The problem: Would you please transcribe, exactly as written, the lines of the entries below starting at the one that holds "Line((237.7, 80), (237.7, 20))" and ending at the one that holds "# FreeCAD 1.0 macro for this part", both included?

Recorded information:
§ §
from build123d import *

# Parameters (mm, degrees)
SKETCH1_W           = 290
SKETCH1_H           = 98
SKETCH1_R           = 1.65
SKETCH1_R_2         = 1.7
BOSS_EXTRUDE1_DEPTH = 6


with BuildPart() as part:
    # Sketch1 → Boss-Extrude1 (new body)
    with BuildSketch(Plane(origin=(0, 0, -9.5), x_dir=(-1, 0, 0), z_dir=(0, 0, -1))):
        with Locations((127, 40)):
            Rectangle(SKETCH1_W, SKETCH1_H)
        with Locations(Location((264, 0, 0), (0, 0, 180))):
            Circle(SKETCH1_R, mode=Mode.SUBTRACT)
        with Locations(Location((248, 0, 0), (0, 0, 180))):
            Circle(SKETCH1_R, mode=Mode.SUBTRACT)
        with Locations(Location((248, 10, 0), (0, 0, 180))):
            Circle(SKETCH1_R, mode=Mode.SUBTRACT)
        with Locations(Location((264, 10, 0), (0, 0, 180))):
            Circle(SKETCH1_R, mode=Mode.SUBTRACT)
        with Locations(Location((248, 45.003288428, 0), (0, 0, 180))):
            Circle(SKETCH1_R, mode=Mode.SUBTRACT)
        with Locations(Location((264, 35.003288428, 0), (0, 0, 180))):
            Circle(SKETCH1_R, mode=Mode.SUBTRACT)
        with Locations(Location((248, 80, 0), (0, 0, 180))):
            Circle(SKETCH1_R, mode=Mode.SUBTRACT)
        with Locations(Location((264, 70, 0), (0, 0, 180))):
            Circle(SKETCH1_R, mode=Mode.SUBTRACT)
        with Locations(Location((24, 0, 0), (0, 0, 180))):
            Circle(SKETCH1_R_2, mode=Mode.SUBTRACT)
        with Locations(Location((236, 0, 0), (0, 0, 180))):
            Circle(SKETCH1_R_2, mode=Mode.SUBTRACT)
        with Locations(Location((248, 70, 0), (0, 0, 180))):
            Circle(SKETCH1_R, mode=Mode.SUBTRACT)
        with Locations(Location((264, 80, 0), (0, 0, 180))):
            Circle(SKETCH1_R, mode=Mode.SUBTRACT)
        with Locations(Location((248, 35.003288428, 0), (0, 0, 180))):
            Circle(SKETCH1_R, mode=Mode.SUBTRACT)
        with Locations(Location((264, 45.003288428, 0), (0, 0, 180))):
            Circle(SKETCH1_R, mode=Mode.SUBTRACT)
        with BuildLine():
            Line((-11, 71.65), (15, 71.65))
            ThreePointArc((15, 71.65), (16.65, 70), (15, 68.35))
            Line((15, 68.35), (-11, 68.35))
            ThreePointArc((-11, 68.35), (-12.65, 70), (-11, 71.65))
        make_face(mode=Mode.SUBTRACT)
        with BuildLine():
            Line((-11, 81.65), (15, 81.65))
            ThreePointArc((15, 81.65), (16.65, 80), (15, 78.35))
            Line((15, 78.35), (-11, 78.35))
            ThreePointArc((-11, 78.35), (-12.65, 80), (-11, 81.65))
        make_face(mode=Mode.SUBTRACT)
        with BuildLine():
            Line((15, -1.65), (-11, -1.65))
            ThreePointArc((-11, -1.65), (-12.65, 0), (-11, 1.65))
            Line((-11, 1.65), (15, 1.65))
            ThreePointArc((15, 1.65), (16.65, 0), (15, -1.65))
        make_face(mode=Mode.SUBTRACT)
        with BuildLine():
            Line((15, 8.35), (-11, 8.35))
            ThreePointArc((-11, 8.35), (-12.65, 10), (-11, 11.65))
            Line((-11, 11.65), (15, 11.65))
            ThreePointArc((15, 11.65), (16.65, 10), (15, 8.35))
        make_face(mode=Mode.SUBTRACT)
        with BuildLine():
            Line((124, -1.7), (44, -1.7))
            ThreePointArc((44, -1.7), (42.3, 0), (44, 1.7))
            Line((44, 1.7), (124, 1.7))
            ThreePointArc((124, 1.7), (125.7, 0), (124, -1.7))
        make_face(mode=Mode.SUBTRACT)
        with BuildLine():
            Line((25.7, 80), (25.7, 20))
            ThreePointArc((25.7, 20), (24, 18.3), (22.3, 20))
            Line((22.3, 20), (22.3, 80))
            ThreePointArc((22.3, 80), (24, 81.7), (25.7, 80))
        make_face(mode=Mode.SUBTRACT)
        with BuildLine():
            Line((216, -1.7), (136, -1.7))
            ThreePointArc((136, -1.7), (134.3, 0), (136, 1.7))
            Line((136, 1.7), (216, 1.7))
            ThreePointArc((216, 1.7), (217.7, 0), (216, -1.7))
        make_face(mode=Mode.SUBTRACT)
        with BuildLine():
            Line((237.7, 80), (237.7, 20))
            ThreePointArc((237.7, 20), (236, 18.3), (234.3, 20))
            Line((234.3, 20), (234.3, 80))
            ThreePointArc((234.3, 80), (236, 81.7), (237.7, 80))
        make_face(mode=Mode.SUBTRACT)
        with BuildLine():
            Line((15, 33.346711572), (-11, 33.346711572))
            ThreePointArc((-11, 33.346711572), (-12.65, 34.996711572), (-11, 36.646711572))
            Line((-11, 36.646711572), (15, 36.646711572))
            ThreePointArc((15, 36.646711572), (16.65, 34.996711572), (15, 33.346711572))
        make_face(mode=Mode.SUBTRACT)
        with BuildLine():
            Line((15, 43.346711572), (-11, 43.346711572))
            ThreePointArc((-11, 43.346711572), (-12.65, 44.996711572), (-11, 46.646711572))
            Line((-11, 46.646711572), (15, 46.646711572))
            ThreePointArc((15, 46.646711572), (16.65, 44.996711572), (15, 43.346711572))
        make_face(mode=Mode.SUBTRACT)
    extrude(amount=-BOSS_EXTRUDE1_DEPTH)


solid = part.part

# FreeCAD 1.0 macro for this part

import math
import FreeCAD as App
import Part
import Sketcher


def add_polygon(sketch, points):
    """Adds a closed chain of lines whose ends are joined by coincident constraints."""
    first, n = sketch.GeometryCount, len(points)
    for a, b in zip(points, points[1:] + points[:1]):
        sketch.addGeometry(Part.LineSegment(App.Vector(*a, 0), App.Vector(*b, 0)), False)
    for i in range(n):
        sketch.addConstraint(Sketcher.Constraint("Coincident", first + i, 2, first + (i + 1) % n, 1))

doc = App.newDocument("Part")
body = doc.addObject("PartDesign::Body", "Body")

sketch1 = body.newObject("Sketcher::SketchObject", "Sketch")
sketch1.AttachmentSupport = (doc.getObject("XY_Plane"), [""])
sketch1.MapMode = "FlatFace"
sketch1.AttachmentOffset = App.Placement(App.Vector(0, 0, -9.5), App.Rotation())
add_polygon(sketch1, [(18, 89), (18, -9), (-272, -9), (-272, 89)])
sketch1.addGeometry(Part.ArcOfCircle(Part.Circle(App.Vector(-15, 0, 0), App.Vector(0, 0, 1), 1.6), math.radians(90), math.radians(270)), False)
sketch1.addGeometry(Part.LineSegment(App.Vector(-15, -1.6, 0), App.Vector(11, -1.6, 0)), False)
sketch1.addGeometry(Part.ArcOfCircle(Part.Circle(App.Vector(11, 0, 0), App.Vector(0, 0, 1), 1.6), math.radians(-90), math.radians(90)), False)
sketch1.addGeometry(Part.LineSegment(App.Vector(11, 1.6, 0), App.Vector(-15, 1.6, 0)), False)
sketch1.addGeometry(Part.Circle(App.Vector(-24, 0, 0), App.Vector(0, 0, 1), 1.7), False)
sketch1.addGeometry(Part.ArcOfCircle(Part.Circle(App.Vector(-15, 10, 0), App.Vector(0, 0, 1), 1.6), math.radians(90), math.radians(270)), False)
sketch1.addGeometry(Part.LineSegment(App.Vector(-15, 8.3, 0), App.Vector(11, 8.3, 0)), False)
§ §
Response to this task:
            Line((237.7, 80), (237.7, 20))
            ThreePointArc((237.7, 20), (236, 18.3), (234.3, 20))
            Line((234.3, 20), (234.3, 80))
            ThreePointArc((234.3, 80), (236, 81.7), (237.7, 80))
        make_face(mode=Mode.SUBTRACT)
        with BuildLine():
            Line((15, 33.346711572), (-11, 33.346711572))
            ThreePointArc((-11, 33.346711572), (-12.65, 34.996711572), (-11, 36.646711572))
            Line((-11, 36.646711572), (15, 36.646711572))
            ThreePointArc((15, 36.646711572), (16.65, 34.996711572), (15, 33.346711572))
        make_face(mode=Mode.SUBTRACT)
        with BuildLine():
            Line((15, 43.346711572), (-11, 43.346711572))
            ThreePointArc((-11, 43.346711572), (-12.65, 44.996711572), (-11, 46.646711572))
            Line((-11, 46.646711572), (15, 46.646711572))
            ThreePointArc((15, 46.646711572), (16.65, 44.996711572), (15, 43.346711572))
        make_face(mode=Mode.SUBTRACT)
    extrude(amount=-BOSS_EXTRUDE1_DEPTH)


solid = part.part

# FreeCAD 1.0 macro for this part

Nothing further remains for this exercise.